Print this span of the material below exactly: the line with "3, 3, 20.302123))", the line with "0) x (0, 1, 0)", and every line between them, but nothing else.
/---
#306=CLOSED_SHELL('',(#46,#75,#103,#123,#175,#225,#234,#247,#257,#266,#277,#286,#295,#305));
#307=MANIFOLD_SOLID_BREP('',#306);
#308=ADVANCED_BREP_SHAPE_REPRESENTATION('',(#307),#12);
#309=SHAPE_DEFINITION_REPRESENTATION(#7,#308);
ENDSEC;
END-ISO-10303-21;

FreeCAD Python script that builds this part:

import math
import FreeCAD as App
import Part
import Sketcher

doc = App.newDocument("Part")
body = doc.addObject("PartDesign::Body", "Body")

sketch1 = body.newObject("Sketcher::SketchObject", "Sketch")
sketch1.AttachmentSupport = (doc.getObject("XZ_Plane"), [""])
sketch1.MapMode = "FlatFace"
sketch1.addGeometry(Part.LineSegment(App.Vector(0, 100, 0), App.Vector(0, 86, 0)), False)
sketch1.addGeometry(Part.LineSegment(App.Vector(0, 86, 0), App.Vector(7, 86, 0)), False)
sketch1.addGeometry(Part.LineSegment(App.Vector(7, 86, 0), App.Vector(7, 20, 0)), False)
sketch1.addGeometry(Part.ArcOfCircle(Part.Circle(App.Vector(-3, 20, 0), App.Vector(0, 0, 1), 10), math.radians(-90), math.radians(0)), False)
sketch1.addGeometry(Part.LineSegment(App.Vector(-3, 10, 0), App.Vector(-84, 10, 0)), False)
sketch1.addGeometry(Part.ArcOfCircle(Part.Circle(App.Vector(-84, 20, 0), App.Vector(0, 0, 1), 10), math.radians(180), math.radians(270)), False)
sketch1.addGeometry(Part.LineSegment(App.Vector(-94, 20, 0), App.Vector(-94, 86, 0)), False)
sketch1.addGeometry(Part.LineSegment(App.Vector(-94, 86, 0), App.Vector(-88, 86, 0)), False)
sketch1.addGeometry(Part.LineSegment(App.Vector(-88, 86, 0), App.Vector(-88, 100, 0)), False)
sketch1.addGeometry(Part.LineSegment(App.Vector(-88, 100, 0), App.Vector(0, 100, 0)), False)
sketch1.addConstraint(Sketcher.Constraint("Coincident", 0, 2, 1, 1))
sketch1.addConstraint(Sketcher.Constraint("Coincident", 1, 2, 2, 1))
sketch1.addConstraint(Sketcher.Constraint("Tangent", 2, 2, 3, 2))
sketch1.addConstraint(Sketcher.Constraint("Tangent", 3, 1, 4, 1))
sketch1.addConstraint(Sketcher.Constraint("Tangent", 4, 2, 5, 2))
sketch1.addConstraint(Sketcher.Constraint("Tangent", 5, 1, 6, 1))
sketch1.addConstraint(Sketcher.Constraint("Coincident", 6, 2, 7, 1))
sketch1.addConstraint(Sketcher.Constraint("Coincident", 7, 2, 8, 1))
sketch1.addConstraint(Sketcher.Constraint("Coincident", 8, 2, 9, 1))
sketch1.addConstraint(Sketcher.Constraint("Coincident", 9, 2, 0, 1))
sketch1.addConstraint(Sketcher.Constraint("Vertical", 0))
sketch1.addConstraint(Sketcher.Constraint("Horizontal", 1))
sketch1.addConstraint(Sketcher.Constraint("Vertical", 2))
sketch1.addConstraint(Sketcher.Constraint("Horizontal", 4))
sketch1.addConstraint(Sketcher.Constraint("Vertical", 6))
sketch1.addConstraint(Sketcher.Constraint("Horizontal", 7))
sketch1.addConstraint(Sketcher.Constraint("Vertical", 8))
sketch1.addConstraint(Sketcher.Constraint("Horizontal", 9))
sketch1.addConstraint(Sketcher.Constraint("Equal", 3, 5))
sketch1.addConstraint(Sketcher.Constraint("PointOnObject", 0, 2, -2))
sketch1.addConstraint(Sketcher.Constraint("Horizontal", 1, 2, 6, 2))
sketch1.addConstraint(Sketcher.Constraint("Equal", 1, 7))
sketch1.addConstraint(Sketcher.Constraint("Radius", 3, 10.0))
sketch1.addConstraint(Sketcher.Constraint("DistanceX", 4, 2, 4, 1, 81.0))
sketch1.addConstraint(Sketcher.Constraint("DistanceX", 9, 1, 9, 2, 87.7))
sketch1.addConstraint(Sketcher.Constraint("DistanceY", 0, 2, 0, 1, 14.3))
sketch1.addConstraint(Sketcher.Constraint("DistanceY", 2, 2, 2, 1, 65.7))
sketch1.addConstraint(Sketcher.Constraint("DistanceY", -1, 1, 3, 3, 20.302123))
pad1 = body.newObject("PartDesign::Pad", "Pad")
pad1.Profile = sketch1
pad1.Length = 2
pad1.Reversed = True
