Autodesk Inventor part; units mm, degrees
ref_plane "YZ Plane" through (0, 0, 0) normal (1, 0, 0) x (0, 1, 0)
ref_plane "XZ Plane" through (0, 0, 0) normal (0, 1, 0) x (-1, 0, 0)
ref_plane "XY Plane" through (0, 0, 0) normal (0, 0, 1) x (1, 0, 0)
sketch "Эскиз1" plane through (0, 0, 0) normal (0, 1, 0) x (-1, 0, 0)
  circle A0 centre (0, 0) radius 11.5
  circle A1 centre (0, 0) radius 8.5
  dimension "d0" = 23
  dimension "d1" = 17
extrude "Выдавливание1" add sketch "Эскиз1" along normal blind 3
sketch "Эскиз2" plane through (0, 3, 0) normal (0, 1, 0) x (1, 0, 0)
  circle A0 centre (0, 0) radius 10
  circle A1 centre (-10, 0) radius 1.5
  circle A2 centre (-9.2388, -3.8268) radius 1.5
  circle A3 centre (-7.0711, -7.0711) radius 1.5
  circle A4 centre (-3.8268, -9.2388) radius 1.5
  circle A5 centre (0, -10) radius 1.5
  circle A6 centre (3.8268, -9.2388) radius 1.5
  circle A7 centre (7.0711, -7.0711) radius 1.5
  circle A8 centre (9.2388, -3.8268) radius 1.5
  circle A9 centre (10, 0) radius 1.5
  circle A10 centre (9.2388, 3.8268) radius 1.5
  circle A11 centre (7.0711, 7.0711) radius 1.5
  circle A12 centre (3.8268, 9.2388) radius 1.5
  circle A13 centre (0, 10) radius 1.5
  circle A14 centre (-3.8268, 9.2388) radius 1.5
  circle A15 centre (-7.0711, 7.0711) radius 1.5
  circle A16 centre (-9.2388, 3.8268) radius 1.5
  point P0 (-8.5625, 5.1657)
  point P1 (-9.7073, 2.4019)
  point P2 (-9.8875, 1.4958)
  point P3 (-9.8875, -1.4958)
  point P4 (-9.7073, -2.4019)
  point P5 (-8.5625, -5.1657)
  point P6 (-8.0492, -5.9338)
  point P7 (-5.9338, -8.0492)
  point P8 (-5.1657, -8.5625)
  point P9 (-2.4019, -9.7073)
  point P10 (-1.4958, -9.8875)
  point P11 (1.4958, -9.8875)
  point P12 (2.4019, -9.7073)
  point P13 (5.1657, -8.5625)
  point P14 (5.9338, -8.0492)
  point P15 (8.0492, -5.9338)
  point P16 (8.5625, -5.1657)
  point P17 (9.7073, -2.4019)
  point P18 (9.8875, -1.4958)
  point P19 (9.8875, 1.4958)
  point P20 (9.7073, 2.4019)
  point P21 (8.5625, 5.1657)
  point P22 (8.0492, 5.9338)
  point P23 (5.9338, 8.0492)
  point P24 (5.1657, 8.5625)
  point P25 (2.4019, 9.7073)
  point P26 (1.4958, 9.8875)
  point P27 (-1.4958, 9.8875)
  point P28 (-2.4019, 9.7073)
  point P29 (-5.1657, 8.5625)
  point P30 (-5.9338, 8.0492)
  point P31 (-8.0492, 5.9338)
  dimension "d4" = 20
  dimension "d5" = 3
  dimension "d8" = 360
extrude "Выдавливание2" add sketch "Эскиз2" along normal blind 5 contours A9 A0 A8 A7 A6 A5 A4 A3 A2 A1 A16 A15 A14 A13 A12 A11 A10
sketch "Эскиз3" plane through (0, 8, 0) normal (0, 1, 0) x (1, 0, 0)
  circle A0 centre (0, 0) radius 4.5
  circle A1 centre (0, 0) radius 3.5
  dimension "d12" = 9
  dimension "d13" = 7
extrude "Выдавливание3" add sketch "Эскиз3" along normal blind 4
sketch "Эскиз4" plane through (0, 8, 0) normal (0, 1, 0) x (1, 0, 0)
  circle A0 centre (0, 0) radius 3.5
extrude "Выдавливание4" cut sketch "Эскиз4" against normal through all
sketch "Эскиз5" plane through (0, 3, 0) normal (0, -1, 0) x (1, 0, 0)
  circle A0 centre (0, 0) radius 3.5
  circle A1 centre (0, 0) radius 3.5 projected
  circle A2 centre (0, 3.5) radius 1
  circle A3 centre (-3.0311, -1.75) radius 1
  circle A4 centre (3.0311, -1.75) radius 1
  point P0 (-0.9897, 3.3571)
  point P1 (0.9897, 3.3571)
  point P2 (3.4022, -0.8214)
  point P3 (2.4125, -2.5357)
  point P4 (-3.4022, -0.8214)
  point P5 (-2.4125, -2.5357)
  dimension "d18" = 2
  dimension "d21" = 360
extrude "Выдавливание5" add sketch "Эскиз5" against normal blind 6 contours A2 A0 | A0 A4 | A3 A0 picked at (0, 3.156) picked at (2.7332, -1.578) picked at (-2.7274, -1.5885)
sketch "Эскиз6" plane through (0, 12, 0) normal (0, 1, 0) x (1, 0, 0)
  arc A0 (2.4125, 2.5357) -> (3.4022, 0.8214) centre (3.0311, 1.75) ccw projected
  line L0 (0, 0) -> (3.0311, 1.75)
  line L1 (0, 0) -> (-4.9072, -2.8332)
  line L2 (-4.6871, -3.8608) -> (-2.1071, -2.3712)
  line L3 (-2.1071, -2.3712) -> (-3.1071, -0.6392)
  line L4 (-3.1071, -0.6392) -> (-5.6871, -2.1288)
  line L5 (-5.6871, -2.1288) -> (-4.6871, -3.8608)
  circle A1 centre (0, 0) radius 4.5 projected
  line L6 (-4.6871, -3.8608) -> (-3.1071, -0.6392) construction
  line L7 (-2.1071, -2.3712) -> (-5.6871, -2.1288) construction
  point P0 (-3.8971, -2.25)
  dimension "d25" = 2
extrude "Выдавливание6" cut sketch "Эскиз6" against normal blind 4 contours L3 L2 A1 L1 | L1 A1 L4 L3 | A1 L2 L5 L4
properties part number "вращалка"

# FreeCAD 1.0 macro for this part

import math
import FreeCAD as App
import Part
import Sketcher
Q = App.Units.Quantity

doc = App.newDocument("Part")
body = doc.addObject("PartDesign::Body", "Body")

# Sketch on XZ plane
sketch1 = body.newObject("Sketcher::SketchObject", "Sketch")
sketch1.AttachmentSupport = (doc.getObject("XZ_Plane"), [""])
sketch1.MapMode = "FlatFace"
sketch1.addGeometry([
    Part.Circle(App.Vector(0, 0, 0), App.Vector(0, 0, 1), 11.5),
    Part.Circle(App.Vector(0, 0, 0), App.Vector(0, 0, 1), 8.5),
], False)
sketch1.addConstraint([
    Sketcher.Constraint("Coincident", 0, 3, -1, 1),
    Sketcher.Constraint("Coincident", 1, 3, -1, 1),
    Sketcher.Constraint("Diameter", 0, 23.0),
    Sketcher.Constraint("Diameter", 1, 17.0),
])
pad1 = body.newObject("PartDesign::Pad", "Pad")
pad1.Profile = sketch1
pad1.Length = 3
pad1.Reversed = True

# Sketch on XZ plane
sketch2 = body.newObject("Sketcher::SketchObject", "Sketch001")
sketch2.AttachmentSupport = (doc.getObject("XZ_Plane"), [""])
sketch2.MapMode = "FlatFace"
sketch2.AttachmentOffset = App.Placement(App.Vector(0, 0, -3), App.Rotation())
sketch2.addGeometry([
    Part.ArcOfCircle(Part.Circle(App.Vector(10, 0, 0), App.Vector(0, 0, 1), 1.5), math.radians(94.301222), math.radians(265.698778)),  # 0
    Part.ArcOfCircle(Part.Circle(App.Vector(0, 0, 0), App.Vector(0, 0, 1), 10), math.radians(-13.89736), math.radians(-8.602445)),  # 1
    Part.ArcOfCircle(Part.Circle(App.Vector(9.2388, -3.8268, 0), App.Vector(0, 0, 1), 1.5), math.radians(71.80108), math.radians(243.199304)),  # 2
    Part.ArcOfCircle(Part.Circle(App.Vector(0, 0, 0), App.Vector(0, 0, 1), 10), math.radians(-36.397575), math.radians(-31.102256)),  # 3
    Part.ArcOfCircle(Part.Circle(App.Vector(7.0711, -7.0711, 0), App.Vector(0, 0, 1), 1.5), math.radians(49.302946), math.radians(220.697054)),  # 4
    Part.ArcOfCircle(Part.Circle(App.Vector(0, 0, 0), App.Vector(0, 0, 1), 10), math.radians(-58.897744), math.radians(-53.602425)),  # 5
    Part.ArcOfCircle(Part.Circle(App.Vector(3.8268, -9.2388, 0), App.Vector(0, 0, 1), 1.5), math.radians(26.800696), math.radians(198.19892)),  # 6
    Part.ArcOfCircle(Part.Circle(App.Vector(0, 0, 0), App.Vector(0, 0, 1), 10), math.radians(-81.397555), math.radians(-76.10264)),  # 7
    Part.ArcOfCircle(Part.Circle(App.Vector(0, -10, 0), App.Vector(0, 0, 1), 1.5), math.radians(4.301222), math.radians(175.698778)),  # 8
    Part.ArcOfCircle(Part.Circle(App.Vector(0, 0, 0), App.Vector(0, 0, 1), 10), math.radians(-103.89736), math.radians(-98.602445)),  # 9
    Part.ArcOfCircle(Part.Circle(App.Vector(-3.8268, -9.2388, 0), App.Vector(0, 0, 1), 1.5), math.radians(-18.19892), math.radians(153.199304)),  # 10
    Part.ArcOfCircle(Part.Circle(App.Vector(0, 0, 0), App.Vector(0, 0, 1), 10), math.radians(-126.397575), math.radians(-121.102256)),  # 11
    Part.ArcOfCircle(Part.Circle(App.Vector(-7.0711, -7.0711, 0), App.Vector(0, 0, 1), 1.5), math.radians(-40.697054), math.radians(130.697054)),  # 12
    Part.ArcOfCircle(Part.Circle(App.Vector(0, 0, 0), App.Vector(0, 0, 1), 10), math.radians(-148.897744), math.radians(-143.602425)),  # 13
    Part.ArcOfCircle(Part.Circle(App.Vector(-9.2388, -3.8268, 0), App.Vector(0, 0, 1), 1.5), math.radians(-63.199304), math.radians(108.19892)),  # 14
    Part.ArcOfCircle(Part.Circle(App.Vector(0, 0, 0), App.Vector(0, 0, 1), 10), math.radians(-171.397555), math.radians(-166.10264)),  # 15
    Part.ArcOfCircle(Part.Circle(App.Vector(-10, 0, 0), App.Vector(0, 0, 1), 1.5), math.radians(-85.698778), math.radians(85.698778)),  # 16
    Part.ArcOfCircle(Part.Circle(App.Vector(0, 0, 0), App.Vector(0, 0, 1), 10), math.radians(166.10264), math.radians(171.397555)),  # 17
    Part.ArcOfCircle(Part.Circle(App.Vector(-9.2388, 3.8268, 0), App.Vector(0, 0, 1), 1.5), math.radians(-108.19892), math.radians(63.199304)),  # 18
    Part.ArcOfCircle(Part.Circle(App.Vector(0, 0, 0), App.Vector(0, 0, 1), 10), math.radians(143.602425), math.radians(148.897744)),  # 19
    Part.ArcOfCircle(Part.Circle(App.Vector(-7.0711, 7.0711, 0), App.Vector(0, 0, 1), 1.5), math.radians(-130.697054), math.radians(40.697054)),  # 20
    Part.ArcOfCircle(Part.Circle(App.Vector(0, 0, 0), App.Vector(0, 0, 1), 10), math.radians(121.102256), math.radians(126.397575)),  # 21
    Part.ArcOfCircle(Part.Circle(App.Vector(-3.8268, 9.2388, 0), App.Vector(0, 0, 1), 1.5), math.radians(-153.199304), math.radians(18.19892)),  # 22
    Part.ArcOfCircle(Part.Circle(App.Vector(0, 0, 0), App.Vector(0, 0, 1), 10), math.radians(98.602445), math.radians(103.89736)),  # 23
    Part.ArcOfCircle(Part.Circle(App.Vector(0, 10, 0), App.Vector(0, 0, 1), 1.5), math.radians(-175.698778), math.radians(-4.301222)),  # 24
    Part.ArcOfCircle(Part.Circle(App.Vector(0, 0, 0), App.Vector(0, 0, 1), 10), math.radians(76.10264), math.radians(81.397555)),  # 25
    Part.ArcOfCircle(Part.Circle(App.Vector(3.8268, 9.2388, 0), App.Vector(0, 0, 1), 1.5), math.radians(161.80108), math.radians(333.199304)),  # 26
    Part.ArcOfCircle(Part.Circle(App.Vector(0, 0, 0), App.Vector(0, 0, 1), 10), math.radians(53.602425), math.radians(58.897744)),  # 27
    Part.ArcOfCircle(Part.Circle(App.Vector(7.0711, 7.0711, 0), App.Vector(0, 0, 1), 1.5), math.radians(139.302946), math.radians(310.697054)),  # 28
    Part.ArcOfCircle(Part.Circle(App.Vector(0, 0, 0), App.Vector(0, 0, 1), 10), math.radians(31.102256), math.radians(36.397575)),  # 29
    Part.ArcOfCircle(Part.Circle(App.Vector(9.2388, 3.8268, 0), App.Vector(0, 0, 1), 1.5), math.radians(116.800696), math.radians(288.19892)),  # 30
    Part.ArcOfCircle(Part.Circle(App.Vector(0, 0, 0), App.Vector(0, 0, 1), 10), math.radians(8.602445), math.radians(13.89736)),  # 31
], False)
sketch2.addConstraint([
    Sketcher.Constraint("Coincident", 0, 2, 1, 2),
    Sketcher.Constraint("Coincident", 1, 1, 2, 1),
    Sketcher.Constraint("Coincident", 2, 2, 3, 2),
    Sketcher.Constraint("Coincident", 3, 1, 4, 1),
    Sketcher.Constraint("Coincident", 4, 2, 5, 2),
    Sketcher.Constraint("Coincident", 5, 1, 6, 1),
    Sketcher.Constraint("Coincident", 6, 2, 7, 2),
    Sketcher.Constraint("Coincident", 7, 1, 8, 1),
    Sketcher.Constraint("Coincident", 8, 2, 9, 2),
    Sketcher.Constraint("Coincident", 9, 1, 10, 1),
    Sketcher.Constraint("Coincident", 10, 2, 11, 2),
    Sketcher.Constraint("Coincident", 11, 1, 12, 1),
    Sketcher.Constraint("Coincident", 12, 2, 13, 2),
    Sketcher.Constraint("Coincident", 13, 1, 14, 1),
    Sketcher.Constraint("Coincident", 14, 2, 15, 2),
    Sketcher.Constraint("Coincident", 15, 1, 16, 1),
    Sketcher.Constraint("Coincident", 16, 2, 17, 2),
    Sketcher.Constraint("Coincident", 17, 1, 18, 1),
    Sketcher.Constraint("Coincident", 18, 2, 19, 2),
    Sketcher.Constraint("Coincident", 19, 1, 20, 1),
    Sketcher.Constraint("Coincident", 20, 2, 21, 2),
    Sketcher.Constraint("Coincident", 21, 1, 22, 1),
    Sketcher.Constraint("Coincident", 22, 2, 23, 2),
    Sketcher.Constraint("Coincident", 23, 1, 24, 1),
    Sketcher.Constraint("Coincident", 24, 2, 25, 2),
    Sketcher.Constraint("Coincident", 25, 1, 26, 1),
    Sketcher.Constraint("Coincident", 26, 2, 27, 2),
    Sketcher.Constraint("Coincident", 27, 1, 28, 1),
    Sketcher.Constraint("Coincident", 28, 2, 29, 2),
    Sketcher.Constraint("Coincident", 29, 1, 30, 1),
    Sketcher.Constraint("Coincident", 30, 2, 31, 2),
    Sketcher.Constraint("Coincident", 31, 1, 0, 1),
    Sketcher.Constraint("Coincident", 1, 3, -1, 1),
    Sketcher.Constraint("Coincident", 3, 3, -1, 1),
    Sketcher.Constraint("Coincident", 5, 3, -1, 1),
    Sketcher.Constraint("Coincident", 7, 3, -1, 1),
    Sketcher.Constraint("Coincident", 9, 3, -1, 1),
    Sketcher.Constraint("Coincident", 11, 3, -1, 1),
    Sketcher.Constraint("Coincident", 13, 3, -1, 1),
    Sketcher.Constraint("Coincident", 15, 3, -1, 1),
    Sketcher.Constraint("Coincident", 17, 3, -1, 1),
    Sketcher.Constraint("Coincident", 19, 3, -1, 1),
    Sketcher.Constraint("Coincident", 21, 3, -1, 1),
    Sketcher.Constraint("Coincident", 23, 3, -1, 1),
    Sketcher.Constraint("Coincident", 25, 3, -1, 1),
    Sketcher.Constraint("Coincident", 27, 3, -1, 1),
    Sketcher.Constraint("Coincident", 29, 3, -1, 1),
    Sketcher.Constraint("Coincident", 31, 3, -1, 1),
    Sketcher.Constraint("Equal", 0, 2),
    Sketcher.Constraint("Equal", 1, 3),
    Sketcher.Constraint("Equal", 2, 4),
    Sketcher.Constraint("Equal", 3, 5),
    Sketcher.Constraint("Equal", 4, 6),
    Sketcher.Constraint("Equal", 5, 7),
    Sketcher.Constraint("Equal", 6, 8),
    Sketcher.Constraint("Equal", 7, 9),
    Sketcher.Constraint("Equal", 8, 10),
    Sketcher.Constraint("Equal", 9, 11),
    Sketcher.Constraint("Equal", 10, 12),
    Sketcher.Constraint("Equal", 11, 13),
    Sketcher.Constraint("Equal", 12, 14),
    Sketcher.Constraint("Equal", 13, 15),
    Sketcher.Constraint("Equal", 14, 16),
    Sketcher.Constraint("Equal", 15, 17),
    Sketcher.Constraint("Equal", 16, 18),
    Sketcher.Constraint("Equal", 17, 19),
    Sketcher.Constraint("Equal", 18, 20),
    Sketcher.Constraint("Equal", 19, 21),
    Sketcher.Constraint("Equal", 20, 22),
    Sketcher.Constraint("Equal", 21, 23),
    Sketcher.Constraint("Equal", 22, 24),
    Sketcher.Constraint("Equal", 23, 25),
\---
[Problem solution]:
sketch1.addConstraint(Sketcher.Constraint("DistanceY", -1, 1, 3, 3, 20.302123))
pad1 = body.newObject("PartDesign::Pad", "Pad")
pad1.Profile = sketch1
pad1.Length = 2
pad1.Reversed = True
Autodesk Inventor part; units mm, degrees
ref_plane "YZ Plane" through (0, 0, 0) normal (1, 0, 0) x (0, 1, 0)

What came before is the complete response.